Famous people, as we recently instructed judges, are people too and they can get involved in court cases just like everybody else.

Musicians had a successful 2015: Rihanna won a trademark case against Topshop in January, pianist James Rhodes revived an obscure piece of Victorian case law to ensure his autobiography could be published, and One Direction’s Niall Horan won a drug-related libel case against the Daily Star.

Royalty had a mixed year. The country was rocked by sex-related claims against Prince Andrew in January, and May’s release of Prince Charles’ ‘black spider memos’ – alongside raising some fascinating constitutional law issues – shed light on his advocacy correspondence with ministers.

Football flirted with the courts, too – former club doctor Eva Carneiro sued Chelsea for constructive dismissal in October, while Ched Evans’ case was referred to the court of appeal – as did politicians. A saga rumbled on throughout the early months of 2015 concerning Lord Janner’s fitness to face sexual abuse charges. The seat of the last Liberal Democrat MP in Scotland, Alistair Carmichael, was ruled to be safe despite his dishonesty during the election campaign, and Donald Trump’s objections to a wind farm near his golf course were resoundingly rejected by the supreme court.

Human rights and the rule of law

As disputes over the continued existence of the Human Rights Act 1998 persisted throughout the year, justice was still upheld and preserved by the courts and the executive in many respects.

The controversial Tory benefits cap was held to be unlawful and discriminatory, while Michael Gove decided to scrap the criminal courts charge. Employees were given new rights in March by the Modern Slavery Act 2015, and a precedent set down in September will help to tackle caste discrimination in the workplace.

In family law, ex-wives are now allowed to claim more from their ex-husbands following dishonesty or fraud concerning financial assets, while in February, an ex-EDL-supporting father had his child returned on the grounds that his political beliefs should not have been taken into account by the council.

October was monumental for justice and liberty, as well as for Shaker Aamer, when the long-term Guantanamo Bay resident finally landed back in the UK after his 14-year incarceration. Meanwhile, the long-term durability of a high court decision on the compatibility of Northern Ireland’s blanket ban on abortion with human rights legislation remains to be seen.

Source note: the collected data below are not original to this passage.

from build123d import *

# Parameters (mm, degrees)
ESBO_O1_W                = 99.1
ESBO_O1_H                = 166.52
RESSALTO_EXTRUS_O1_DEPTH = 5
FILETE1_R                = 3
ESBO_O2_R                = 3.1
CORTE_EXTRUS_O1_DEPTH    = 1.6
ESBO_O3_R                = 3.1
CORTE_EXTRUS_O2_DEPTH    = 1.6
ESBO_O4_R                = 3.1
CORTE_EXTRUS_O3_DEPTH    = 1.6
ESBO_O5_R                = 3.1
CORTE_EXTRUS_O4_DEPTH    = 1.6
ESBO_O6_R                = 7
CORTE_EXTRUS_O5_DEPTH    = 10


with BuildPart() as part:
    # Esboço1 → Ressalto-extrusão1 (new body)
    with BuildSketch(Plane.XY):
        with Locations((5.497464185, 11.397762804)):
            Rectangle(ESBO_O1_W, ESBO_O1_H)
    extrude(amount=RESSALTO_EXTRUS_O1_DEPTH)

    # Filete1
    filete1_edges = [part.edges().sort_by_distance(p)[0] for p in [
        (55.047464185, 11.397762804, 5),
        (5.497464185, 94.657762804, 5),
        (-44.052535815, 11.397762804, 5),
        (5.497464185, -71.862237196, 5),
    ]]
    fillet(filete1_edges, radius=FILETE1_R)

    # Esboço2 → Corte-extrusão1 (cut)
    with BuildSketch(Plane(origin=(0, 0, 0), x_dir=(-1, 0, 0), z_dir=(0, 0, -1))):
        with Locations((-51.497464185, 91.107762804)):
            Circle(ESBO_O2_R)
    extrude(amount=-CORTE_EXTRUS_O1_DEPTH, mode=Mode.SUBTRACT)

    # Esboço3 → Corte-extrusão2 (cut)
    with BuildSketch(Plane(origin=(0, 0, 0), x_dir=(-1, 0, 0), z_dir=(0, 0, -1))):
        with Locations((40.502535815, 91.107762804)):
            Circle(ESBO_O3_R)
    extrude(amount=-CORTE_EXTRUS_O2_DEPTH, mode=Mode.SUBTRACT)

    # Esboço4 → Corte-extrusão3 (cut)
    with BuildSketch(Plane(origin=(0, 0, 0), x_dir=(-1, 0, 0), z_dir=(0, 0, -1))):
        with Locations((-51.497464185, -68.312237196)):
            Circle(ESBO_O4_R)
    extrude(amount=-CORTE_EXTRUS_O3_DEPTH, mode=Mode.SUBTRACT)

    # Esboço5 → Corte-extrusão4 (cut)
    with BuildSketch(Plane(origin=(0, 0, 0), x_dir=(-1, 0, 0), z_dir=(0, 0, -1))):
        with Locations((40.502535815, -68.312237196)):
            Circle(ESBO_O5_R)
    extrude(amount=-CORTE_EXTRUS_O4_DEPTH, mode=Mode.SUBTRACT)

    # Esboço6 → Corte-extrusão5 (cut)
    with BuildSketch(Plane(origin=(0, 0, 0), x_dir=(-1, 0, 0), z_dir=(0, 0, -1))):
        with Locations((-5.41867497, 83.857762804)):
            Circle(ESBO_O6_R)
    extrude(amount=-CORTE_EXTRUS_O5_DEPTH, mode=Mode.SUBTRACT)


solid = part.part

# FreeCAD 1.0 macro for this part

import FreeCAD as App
import Part
import Sketcher
Q = App.Units.Quantity


def edges_at(feature, points):
    """Names of the edges that pass closest to the given points."""
    edges = feature.Shape.Edges
    near = lambda p: min(range(len(edges)), key=lambda i: edges[i].distToShape(Part.Vertex(*p))[0])
    return sorted({f"Edge{near(p) + 1}" for p in points})


def add_polygon(sketch, points):
    """Adds a closed chain of lines whose ends are joined by coincident constraints."""
    first, n = sketch.GeometryCount, len(points)
    for a, b in zip(points, points[1:] + points[:1]):
        sketch.addGeometry(Part.LineSegment(App.Vector(*a, 0), App.Vector(*b, 0)), False)
    for i in range(n):
        sketch.addConstraint(Sketcher.Constraint("Coincident", first + i, 2, first + (i + 1) % n, 1))

doc = App.newDocument("Part")
params = doc.addObject("Spreadsheet::Sheet", "Params")
for row, (alias, value) in enumerate([
    ("sketch1_width", "99.1 mm"),
    ("sketch1_height", "166.52 mm"),
    ("pad1_length", "5 mm"),
    ("fillet_radius", "3 mm"),
    ("sketch2_diameter", "6.2 mm"),
    ("pocket1_length", "1.6 mm"),
    ("sketch3_diameter", "6.2 mm"),
    ("pocket2_length", "1.6 mm"),
    ("sketch4_diameter", "6.2 mm"),
    ("pocket3_length", "1.6 mm"),
    ("sketch5_diameter", "6.2 mm"),
    ("pocket4_length", "1.6 mm"),
    ("sketch6_diameter", "14 mm"),
    ("pocket5_length", "10 mm"),
], start=1):
    params.set(f"A{row}", alias)
    params.set(f"B{row}", "=" + value)
    params.setAlias(f"B{row}", alias)

body = doc.addObject("PartDesign::Body", "Body")

sketch1 = body.newObject("Sketcher::SketchObject", "Sketch")
sketch1.AttachmentSupport = (doc.getObject("XY_Plane"), [""])
sketch1.MapMode = "FlatFace"
add_polygon(sketch1, [(-44.052536, 94.657763), (-44.052536, -71.862237), (55.047464, -71.862237), (55.047464, 94.657763)])
sketch1.addConstraint([
    Sketcher.Constraint("Vertical", 0),
    Sketcher.Constraint("Horizontal", 1),
    Sketcher.Constraint("Vertical", 2),
    Sketcher.Constraint("Horizontal", 3),
    Sketcher.Constraint("DistanceX", 1, 1, 1, 2, Q("99.1 mm")),
    Sketcher.Constraint("DistanceY", 0, 2, 0, 1, Q("166.52 mm")),
    Sketcher.Constraint("DistanceX", 0, 2, -1, 1, Q("44.052536 mm")),
    Sketcher.Constraint("DistanceY", 0, 2, -1, 1, Q("71.862237 mm")),
])
sketch1.setExpression("Constraints[8]", "Params.sketch1_width")
sketch1.setExpression("Constraints[9]", "Params.sketch1_height")
pad1 = body.newObject("PartDesign::Pad", "Pad")
pad1.Profile = sketch1
pad1.setExpression("Length", "Params.pad1_length")
doc.recompute()

fillet = body.newObject("PartDesign::Fillet", "Fillet")
fillet.Base = (pad1, edges_at(pad1, [
    (55.047, 11.398, 5),
    (5.497, 94.658, 5),
    (-44.053, 11.398, 5),
    (5.497, -71.862, 5),
]))
fillet.setExpression("Radius", "Params.fillet_radius")

sketch2 = body.newObject("Sketcher::SketchObject", "Sketch001")
sketch2.AttachmentSupport = (doc.getObject("XY_Plane"), [""])
sketch2.MapMode = "FlatFace"
sketch2.addGeometry(Part.Circle(App.Vector(51.497464, 91.107763, 0), App.Vector(0, 0, 1), 3.1), False)
sketch2.addConstraint([
    Sketcher.Constraint("Diameter", 0, Q("6.2 mm")),
    Sketcher.Constraint("DistanceX", -1, 1, 0, 3, Q("51.497464 mm")),
    Sketcher.Constraint("DistanceY", -1, 1, 0, 3, Q("91.107763 mm")),
])
sketch2.setExpression("Constraints[0]", "Params.sketch2_diameter")
pocket1 = body.newObject("PartDesign::Pocket", "Pocket")
pocket1.Profile = sketch2
pocket1.setExpression("Length", "Params.pocket1_length")
pocket1.Reversed = True

sketch3 = body.newObject("Sketcher::SketchObject", "Sketch002")
sketch3.AttachmentSupport = (doc.getObject("XY_Plane"), [""])
sketch3.MapMode = "FlatFace"
sketch3.addGeometry(Part.Circle(App.Vector(-40.502536, 91.107763, 0), App.Vector(0, 0, 1), 3.1), False)
sketch3.addConstraint([
    Sketcher.Constraint("Diameter", 0, Q("6.2 mm")),
    Sketcher.Constraint("DistanceX", 0, 3, -1, 1, Q("40.502536 mm")),
    Sketcher.Constraint("DistanceY", -1, 1, 0, 3, Q("91.107763 mm")),
])
sketch3.setExpression("Constraints[0]", "Params.sketch3_diameter")
pocket2 = body.newObject("PartDesign::Pocket", "Pocket001")
pocket2.Profile = sketch3
pocket2.setExpression("Length", "Params.pocket2_length")
pocket2.Reversed = True

sketch4 = body.newObject("Sketcher::SketchObject", "Sketch003")
sketch4.AttachmentSupport = (doc.getObject("XY_Plane"), [""])
sketch4.MapMode = "FlatFace"
sketch4.addGeometry(Part.Circle(App.Vector(51.497464, -68.312237, 0), App.Vector(0, 0, 1), 3.1), False)
sketch4.addConstraint([
    Sketcher.Constraint("Diameter", 0, Q("6.2 mm")),
    Sketcher.Constraint("DistanceX", -1, 1, 0, 3, Q("51.497464 mm")),
    Sketcher.Constraint("DistanceY", 0, 3, -1, 1, Q("68.312237 mm")),
])
sketch4.setExpression("Constraints[0]", "Params.sketch4_diameter")
pocket3 = body.newObject("PartDesign::Pocket", "Pocket002")
pocket3.Profile = sketch4
pocket3.setExpression("Length", "Params.pocket3_length")
pocket3.Reversed = True

sketch5 = body.newObject("Sketcher::SketchObject", "Sketch004")
sketch5.AttachmentSupport = (doc.getObject("XY_Plane"), [""])
sketch5.MapMode = "FlatFace"
sketch5.addGeometry(Part.Circle(App.Vector(-40.502536, -68.312237, 0), App.Vector(0, 0, 1), 3.1), False)
sketch5.addConstraint([
    Sketcher.Constraint("Diameter", 0, Q("6.2 mm")),
    Sketcher.Constraint("DistanceX", 0, 3, -1, 1, Q("40.502536 mm")),
    Sketcher.Constraint("DistanceY", 0, 3, -1, 1, Q("68.312237 mm")),
])
sketch5.setExpression("Constraints[0]", "Params.sketch5_diameter")
pocket4 = body.newObject("PartDesign::Pocket", "Pocket003")
pocket4.Profile = sketch5
pocket4.setExpression("Length", "Params.pocket4_length")
pocket4.Reversed = True

sketch6 = body.newObject("Sketcher::SketchObject", "Sketch005")
sketch6.AttachmentSupport = (doc.getObject("XY_Plane"), [""])
sketch6.MapMode = "FlatFace"
sketch6.addGeometry(Part.Circle(App.Vector(5.418675, 83.857763, 0), App.Vector(0, 0, 1), 7), False)
sketch6.addConstraint([
    Sketcher.Constraint("Diameter", 0, Q("14 mm")),
    Sketcher.Constraint("DistanceX", -1, 1, 0, 3, Q("5.418675 mm")),
    Sketcher.Constraint("DistanceY", -1, 1, 0, 3, Q("83.857763 mm")),
])
sketch6.setExpression("Constraints[0]", "Params.sketch6_diameter")
pocket5 = body.newObject("PartDesign::Pocket", "Pocket004")
pocket5.Profile = sketch6
pocket5.setExpression("Length", "Params.pocket5_length")
pocket5.Reversed = True

doc.recompute()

For progressives, however, problems still persist. Proposals for a bill legalising assisted suicide were rejected in the Commons, while the concepts of civil liberty and privacy were undermined by the investigatory powers bill in November, and revelations of GCHQ spying on Amnesty International surfaced in July.

Around the world

Legal stories abroad hit the headlines, too. Gay rights activists celebrated around the world, as the US supreme court extended marriage equality to all 50 states in June, just after it had ensured the survival of Obamacare.

South Africa threatened to withdraw from the international criminal court, while one of its greatest sporting stars Oscar Pistorius was convicted of murder following the prosecution’s appeals. In Italy, Amanda Knox was acquitted of the murder of Meredith Kercher in September.

Bosnian courts issued a landmark ruling in June granting the first ever compensation to a wartime rape victim during the 1990s conflict, while Vladimir Putin signed a law allowing the Russian constitutional court to give the country’s constitution priority over international human rights rulings.

Weird and wonderful

2015 showed that the courts can be called upon to decide anything and everything. In October, the high court was asked to decide whether bridge should be considered a sport, and in September, the German courts ended a trademark dispute over whether chocolate company Lindt’s foil-wrapped teddy was a copy of Haribo’s sweets.

In March, the Irish court of appeal provoked worldwide amusement by inadvertently legalising drugs such as ecstasy for a day. 2016 has a lot to live up to.